Figure 6 Children’s (left plot) and adults’ (right plot) online gaze behavior for object questions. The plots show separate lines for looks toward the target picture (red lines) and competitor picture (blue lines) per type of cue: AgrCa (dotted lines), Agr (dashed lines), and Case (solid lines). The vertical lines indicate the onset of the verb, the onset of the second NP, and the offset of the sentence. The gray horizontal lines indicate a significant difference between the types of cues.

To analyze whether these observed differences between the cues are significant, we made a second GAMM model. Now we included solely the data of the object questions. The input was again TCDiff for timebins of 200 ms. All interactions between group (adults vs. children) and type of cue (Case vs. Agr vs. AgrCa) were combined into one predictor. Participant was used as a random effect factor. A summary of the model is given in Appendix C (Table C.1).

Again difference plots were made to see whether the observed differences were significant (see Figures C.1 and C.2 in Appendix C). For children, there were significant differences in looks between object questions disambiguated by Case and the other two conditions (AgrCa and Agr). This is shown by the increasing proportion of looks toward the target picture for Case, whereas for AgrCa and Agr children initially showed an increasing proportion of looks toward the competitor picture, followed by an increasing proportion of looks toward the target picture. The same pattern and differences were found for adults. We take this to be an indication that case, in contrast to agreement, is used early in processing of which-questions. For children, an additional difference was found between the AgrCa and Agr conditions: the proportions of looks toward the competitor picture for object questions in the AgrCa condition was lower and dropped earlier than for the Agr condition. Thus, children, but not adults, seem to benefit from the extra case cue on the second NP.
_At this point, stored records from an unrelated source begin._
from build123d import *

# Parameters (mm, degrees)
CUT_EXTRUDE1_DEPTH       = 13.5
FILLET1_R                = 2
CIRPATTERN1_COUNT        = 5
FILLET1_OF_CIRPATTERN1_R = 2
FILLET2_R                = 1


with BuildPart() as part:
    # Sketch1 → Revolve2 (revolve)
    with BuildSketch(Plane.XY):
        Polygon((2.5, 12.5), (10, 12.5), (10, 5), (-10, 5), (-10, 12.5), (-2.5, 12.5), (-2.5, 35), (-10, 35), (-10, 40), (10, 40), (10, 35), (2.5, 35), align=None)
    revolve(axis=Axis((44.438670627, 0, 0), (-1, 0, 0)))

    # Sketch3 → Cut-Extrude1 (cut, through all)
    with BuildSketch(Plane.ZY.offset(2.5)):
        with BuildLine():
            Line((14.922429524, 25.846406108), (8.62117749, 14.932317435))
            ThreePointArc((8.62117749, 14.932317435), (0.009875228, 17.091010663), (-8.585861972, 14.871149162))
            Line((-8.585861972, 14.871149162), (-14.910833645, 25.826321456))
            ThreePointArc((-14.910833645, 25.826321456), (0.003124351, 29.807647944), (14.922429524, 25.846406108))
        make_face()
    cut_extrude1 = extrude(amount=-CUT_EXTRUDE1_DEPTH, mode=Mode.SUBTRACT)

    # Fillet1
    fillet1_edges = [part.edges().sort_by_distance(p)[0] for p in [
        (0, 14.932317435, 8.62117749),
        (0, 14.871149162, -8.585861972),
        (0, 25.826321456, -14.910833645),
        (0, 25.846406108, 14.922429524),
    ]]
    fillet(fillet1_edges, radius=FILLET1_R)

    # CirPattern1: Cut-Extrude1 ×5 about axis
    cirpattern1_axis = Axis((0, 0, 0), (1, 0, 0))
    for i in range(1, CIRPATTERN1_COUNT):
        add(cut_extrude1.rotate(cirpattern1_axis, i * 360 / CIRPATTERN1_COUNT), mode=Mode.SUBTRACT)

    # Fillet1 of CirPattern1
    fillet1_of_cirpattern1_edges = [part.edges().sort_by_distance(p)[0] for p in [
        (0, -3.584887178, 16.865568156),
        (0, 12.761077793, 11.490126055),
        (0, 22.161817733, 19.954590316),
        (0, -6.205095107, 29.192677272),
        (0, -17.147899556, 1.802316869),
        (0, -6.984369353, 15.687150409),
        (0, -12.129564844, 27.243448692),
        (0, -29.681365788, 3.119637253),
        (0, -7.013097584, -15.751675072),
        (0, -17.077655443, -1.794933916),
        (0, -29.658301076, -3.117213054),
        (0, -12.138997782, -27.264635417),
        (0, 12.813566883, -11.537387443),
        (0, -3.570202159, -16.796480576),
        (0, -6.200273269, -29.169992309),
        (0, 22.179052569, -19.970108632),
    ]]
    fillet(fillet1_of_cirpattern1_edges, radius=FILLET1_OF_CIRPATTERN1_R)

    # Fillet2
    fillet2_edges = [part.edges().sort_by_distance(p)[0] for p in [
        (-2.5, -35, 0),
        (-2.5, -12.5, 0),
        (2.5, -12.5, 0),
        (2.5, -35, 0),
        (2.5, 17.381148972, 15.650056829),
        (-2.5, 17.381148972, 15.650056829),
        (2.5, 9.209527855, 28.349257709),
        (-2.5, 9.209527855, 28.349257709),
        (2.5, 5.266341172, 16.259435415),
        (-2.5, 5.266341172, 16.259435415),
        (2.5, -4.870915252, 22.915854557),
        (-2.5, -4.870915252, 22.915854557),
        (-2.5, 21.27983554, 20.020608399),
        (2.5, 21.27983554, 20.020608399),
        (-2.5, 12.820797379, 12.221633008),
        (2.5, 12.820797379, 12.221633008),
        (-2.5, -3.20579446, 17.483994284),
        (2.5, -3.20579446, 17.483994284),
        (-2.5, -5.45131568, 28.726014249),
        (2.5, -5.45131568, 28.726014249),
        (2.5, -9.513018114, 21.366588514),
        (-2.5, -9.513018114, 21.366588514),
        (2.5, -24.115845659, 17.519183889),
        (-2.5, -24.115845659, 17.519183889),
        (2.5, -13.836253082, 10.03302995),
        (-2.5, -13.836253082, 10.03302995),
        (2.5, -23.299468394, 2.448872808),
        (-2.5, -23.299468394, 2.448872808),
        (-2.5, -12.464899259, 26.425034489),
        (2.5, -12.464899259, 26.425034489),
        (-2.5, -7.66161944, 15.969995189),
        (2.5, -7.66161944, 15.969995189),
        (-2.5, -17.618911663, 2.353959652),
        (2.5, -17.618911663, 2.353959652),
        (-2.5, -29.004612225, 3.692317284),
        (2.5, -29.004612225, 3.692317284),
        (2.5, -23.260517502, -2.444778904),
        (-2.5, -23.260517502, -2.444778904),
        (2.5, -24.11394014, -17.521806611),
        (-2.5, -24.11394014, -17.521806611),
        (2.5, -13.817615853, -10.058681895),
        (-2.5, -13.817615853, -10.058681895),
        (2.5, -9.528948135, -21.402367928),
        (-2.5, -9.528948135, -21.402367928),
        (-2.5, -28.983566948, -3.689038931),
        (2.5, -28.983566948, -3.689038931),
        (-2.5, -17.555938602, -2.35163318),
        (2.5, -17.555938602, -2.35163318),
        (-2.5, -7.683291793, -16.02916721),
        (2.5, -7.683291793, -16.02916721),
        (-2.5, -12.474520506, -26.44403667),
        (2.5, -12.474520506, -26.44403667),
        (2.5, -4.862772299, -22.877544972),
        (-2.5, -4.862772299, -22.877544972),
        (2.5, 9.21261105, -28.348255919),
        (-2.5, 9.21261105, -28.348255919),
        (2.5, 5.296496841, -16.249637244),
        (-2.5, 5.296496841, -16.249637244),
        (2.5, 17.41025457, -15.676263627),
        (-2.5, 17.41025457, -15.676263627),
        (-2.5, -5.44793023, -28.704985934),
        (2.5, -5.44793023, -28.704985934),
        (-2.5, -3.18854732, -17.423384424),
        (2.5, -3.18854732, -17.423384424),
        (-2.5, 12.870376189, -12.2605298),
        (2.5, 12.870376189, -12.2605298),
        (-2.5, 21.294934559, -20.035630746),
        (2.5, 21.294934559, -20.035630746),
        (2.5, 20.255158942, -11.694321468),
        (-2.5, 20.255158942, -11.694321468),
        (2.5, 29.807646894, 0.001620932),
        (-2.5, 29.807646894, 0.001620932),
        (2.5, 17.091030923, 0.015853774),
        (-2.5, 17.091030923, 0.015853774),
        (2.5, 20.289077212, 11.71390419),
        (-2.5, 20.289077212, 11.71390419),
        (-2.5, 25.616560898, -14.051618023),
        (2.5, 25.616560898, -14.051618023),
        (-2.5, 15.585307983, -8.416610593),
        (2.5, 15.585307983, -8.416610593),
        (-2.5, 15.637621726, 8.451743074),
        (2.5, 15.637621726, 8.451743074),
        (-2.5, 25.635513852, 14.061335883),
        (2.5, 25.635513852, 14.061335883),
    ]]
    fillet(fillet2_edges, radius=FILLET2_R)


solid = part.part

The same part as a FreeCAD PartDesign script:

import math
import FreeCAD as App
import Part
import Sketcher

V = App.Vector
Q = App.Units.Quantity


def edges_at(feature, points):
    """Names of the edges that pass closest to the given points."""
    edges = feature.Shape.Edges
    near = lambda p: min(range(len(edges)), key=lambda i: edges[i].distToShape(Part.Vertex(*p))[0])
    return sorted({f"Edge{near(p) + 1}" for p in points})

doc = App.newDocument("Part")
params = doc.addObject("Spreadsheet::Sheet", "Params")
for row, (alias, value) in enumerate([
    ("sketch1_width", "20 mm"),
    ("sketch1_height", "5 mm"),
    ("sketch1_width2", "7.5 mm"),
    ("sketch1_height2", "22.5 mm"),
    ("revolution_angle", "360 deg"),
    ("sketch2_radius", "30 mm"),
    ("sketch2_radius2", "18 mm"),
    ("fillet_radius", "2 mm"),
    ("fillet2_radius", "2 mm"),
    ("fillet3_radius", "1 mm"),
], start=1):
    params.set(f"A{row}", alias)
    params.set(f"B{row}", "=" + value)
    params.setAlias(f"B{row}", alias)

body = doc.addObject("PartDesign::Body", "Body")

sketch1 = body.newObject("Sketcher::SketchObject", "Sketch")
sketch1.AttachmentSupport = (doc.getObject("XY_Plane"), [""])
sketch1.MapMode = "FlatFace"
sketch1.addGeometry(Part.LineSegment(V(10, 12, 0), V(2, 12, 0)), False)
sketch1.addGeometry(Part.LineSegment(V(2, 12, 0), V(2, 35, 0)), False)
sketch1.addGeometry(Part.LineSegment(V(2, 35, 0), V(10, 35, 0)), False)
sketch1.addGeometry(Part.LineSegment(V(10, 35, 0), V(10, 40, 0)), False)
sketch1.addGeometry(Part.LineSegment(V(10, 40, 0), V(-10, 40, 0)), False)
sketch1.addGeometry(Part.LineSegment(V(-10, 40, 0), V(-10, 35, 0)), False)
sketch1.addGeometry(Part.LineSegment(V(-10, 35, 0), V(-2, 35, 0)), False)
sketch1.addGeometry(Part.LineSegment(V(-2, 35, 0), V(-2, 12, 0)), False)
sketch1.addGeometry(Part.LineSegment(V(-2, 12, 0), V(-10, 12, 0)), False)
sketch1.addGeometry(Part.LineSegment(V(-10, 12, 0), V(-10, 5, 0)), False)
sketch1.addGeometry(Part.LineSegment(V(-10, 5, 0), V(10, 5, 0)), False)
sketch1.addGeometry(Part.LineSegment(V(10, 5, 0), V(10, 12, 0)), False)
sketch1.addConstraint(Sketcher.Constraint("Coincident", 0, 2, 1, 1))
sketch1.addConstraint(Sketcher.Constraint("Coincident", 1, 2, 2, 1))
sketch1.addConstraint(Sketcher.Constraint("Coincident", 2, 2, 3, 1))
sketch1.addConstraint(Sketcher.Constraint("Coincident", 3, 2, 4, 1))
sketch1.addConstraint(Sketcher.Constraint("Coincident", 4, 2, 5, 1))
sketch1.addConstraint(Sketcher.Constraint("Coincident", 5, 2, 6, 1))
sketch1.addConstraint(Sketcher.Constraint("Coincident", 6, 2, 7, 1))
sketch1.addConstraint(Sketcher.Constraint("Coincident", 7, 2, 8, 1))
sketch1.addConstraint(Sketcher.Constraint("Coincident", 8, 2, 9, 1))
sketch1.addConstraint(Sketcher.Constraint("Coincident", 9, 2, 10, 1))
sketch1.addConstraint(Sketcher.Constraint("Coincident", 10, 2, 11, 1))
sketch1.addConstraint(Sketcher.Constraint("Coincident", 11, 2, 0, 1))
sketch1.addConstraint(Sketcher.Constraint("Horizontal", 0))
sketch1.addConstraint(Sketcher.Constraint("Vertical", 1))
sketch1.addConstraint(Sketcher.Constraint("Horizontal", 2))
sketch1.addConstraint(Sketcher.Constraint("Vertical", 3))
sketch1.addConstraint(Sketcher.Constraint("Horizontal", 4))
sketch1.addConstraint(Sketcher.Constraint("Vertical", 5))
sketch1.addConstraint(Sketcher.Constraint("Horizontal", 6))
sketch1.addConstraint(Sketcher.Constraint("Vertical", 7))
sketch1.addConstraint(Sketcher.Constraint("Horizontal", 8))
sketch1.addConstraint(Sketcher.Constraint("Vertical", 9))
sketch1.addConstraint(Sketcher.Constraint("Horizontal", 10))
sketch1.addConstraint(Sketcher.Constraint("Vertical", 11))
sketch1.addConstraint(Sketcher.Constraint("Symmetric", 2, 2, 5, 2, -2))
sketch1.addConstraint(Sketcher.Constraint("Symmetric", 0, 2, 7, 2, -2))
sketch1.addConstraint(Sketcher.Constraint("Vertical", 5, 2, 8, 2))
sketch1.addConstraint(Sketcher.Constraint("Vertical", 3, 2, 10, 2))
sketch1.addConstraint(Sketcher.Constraint("Equal", 8, 9))
sketch1.addConstraint(Sketcher.Constraint("DistanceX", 4, 2, 4, 1, Q("20 mm")))
sketch1.addConstraint(Sketcher.Constraint("DistanceY", 3, 1, 3, 2, Q("5 mm")))
sketch1.addConstraint(Sketcher.Constraint("DistanceX", 0, 2, 0, 1, Q("7.5 mm")))
sketch1.addConstraint(Sketcher.Constraint("DistanceY", 1, 1, 1, 2, Q("22.5 mm")))
sketch1.addConstraint(Sketcher.Constraint("DistanceY", -1, 1, 1, 2, Q("35 mm")))
sketch1.setExpression("Constraints[29]", "Params.sketch1_width")
sketch1.setExpression("Constraints[30]", "Params.sketch1_height")
sketch1.setExpression("Constraints[31]", "Params.sketch1_width2")
sketch1.setExpression("Constraints[32]", "Params.sketch1_height2")
revolution = body.newObject("PartDesign::Revolution", "Revolution")
revolution.Profile = sketch1
revolution.ReferenceAxis = (sketch1, ["H_Axis"])
revolution.setExpression("Angle", "Params.revolution_angle")

sketch2 = body.newObject("Sketcher::SketchObject", "Sketch001")
sketch2.AttachmentSupport = (doc.getObject("YZ_Plane"), [""])
sketch2.MapMode = "FlatFace"
sketch2.AttachmentOffset = App.Placement(V(0, 0, -2.5), App.Rotation())
sketch2.addGeometry(Part.LineSegment(V(15, 9, 0), V(26, 15, 0)), False)
sketch2.addGeometry(Part.ArcOfCircle(Part.Circle(V(0, 0, 0), V(0, 0, 1), 30), math.radians(-30), math.radians(30)), False)
sketch2.addGeometry(Part.LineSegment(V(26, -15, 0), V(15, -9, 0)), False)
sketch2.addGeometry(Part.ArcOfCircle(Part.Circle(V(-1, 0, 0), V(0, 0, 1), 18), math.radians(-29), math.radians(28)), False)
sketch2.addConstraint(Sketcher.Constraint("Coincident", 0, 2, 1, 2))
sketch2.addConstraint(Sketcher.Constraint("Coincident", 1, 1, 2, 1))
sketch2.addConstraint(Sketcher.Constraint("Coincident", 2, 2, 3, 1))
sketch2.addConstraint(Sketcher.Constraint("Coincident", 3, 2, 0, 1))
sketch2.addConstraint(Sketcher.Constraint("Radius", 1, Q("30 mm")))
sketch2.addConstraint(Sketcher.Constraint("Radius", 3, Q("18 mm")))
sketch2.addConstraint(Sketcher.Constraint("Angle", 0, Q("30 deg")))
sketch2.addConstraint(Sketcher.Constraint("Angle", 2, Q("150 deg")))
sketch2.addConstraint(Sketcher.Constraint("DistanceY", -1, 1, 1, 3, Q("0.023321 mm")))
sketch2.addConstraint(Sketcher.Constraint("DistanceY", -1, 1, 3, 3, Q("0.073862 mm")))
sketch2.addConstraint(Sketcher.Constraint("DistanceY", -1, 1, 0, 2, Q("14.92243 mm")))
sketch2.addConstraint(Sketcher.Constraint("DistanceX", -1, 1, 1, 1, Q("25.826321 mm")))
sketch2.addConstraint(Sketcher.Constraint("DistanceX", -1, 1, 2, 2, Q("14.871149 mm")))
sketch2.addConstraint(Sketcher.Constraint("DistanceY", 2, 2, -1, 1, Q("8.585862 mm")))
sketch2.setExpression("Constraints[4]", "Params.sketch2_radius")
sketch2.setExpression("Constraints[5]", "Params.sketch2_radius2")
pocket1 = body.newObject("PartDesign::Pocket", "Pocket")
pocket1.Profile = sketch2
pocket1.Type = "ThroughAll"
pocket1.Reversed = True
doc.recompute()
Summarizing, the online gaze data show that both children’s and adults’ interpretation changes from an agent-initial interpretation to a patient-initial interpretation during the processing of object questions and passive questions. Children were slower in revising their initial interpretation than adults. Furthermore, whereas object questions disambiguated by verb agreement, or by verb agreement and case on the second NP, were initially interpreted as subject questions, object questions disambiguated by case on the first NP were not. These differences with respect to disambiguation cue may have implications for production when ease of comprehension is taken into account.